Material supplied Start Marker

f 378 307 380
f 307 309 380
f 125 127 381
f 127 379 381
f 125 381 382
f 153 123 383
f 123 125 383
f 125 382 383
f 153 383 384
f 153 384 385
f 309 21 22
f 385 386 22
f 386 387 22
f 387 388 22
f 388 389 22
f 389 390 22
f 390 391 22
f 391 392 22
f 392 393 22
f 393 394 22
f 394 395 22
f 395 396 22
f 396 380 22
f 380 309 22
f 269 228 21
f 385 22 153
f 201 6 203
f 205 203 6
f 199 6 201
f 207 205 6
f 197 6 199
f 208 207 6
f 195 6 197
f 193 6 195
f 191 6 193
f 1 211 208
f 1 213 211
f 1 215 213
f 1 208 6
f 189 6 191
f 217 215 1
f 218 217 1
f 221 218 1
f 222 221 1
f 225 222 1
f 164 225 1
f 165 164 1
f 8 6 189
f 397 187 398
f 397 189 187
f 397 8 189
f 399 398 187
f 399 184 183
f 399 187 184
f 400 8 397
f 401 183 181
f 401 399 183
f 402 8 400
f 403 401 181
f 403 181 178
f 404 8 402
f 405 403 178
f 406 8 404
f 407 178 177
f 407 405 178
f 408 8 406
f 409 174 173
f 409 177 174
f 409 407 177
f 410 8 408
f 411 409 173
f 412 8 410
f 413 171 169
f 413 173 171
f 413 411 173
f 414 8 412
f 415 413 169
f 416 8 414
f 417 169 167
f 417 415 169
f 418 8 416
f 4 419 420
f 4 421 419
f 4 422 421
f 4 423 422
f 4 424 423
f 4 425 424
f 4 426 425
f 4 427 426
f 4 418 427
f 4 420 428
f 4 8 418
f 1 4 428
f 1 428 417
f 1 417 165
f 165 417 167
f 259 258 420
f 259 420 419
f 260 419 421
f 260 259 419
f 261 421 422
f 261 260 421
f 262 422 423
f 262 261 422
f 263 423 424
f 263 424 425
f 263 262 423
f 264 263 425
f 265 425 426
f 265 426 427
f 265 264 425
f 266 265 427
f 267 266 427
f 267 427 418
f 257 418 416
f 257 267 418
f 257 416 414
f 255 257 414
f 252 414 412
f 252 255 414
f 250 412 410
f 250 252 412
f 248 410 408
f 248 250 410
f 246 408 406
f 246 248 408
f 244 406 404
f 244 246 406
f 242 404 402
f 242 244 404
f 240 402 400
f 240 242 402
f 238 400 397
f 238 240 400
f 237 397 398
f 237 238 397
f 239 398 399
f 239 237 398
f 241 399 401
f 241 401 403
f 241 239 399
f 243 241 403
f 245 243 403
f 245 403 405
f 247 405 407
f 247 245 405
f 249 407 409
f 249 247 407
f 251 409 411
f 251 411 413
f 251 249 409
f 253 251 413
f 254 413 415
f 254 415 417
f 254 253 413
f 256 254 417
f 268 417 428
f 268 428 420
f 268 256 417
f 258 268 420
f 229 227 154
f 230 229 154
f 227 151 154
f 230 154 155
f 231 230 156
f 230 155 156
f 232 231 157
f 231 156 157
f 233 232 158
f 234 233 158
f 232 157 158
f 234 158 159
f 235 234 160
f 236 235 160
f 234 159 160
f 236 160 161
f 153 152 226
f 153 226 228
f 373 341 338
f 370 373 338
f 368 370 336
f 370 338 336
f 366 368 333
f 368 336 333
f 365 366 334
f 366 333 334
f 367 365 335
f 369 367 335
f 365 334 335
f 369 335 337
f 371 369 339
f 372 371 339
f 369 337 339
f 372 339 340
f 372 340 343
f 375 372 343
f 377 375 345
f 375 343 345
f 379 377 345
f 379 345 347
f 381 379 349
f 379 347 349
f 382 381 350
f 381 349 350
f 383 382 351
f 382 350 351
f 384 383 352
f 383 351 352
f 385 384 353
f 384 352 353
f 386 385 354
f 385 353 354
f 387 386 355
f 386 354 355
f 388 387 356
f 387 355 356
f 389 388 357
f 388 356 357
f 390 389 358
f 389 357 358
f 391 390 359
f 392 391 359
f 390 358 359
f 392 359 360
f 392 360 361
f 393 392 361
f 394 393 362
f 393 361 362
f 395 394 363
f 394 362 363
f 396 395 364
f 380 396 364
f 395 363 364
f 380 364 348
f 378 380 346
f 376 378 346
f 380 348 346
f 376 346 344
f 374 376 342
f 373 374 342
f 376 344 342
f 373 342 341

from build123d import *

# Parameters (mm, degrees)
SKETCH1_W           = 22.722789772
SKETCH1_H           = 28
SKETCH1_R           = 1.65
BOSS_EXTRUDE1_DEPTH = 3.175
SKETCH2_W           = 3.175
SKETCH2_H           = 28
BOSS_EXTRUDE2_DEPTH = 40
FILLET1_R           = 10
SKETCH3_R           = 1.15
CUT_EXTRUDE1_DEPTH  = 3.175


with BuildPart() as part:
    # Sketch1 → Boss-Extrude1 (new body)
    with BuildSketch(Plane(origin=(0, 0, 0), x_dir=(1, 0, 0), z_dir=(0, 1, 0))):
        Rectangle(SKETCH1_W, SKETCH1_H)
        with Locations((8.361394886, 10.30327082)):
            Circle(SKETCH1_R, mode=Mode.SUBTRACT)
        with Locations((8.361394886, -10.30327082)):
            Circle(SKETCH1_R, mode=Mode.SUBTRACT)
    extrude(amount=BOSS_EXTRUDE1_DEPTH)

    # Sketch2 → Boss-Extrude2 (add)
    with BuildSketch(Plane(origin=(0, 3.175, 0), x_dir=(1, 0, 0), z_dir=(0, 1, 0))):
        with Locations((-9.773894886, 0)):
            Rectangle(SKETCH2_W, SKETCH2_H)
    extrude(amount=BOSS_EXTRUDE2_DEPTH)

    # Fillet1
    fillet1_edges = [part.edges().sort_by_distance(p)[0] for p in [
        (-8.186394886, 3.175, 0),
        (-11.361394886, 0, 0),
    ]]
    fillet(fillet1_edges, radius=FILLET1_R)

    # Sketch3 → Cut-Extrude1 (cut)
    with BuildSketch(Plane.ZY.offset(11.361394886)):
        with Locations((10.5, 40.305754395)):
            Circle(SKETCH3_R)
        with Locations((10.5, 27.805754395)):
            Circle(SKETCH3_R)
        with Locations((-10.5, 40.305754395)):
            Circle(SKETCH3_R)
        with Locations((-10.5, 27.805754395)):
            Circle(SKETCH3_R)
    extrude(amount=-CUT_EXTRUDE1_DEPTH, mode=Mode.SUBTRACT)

Material supplied End Marker

- [Description of the task]: Beginning at the line above that contains "f 4 426 425", return each line exactly through the line that contains "f 263 424 425", and no others.

- [Answer box]:
f 4 426 425
f 4 427 426
f 4 418 427
f 4 420 428
f 4 8 418
f 1 4 428
f 1 428 417
f 1 417 165
f 165 417 167
f 259 258 420
f 259 420 419
f 260 419 421
f 260 259 419
f 261 421 422
f 261 260 421
f 262 422 423
f 262 261 422
f 263 423 424
f 263 424 425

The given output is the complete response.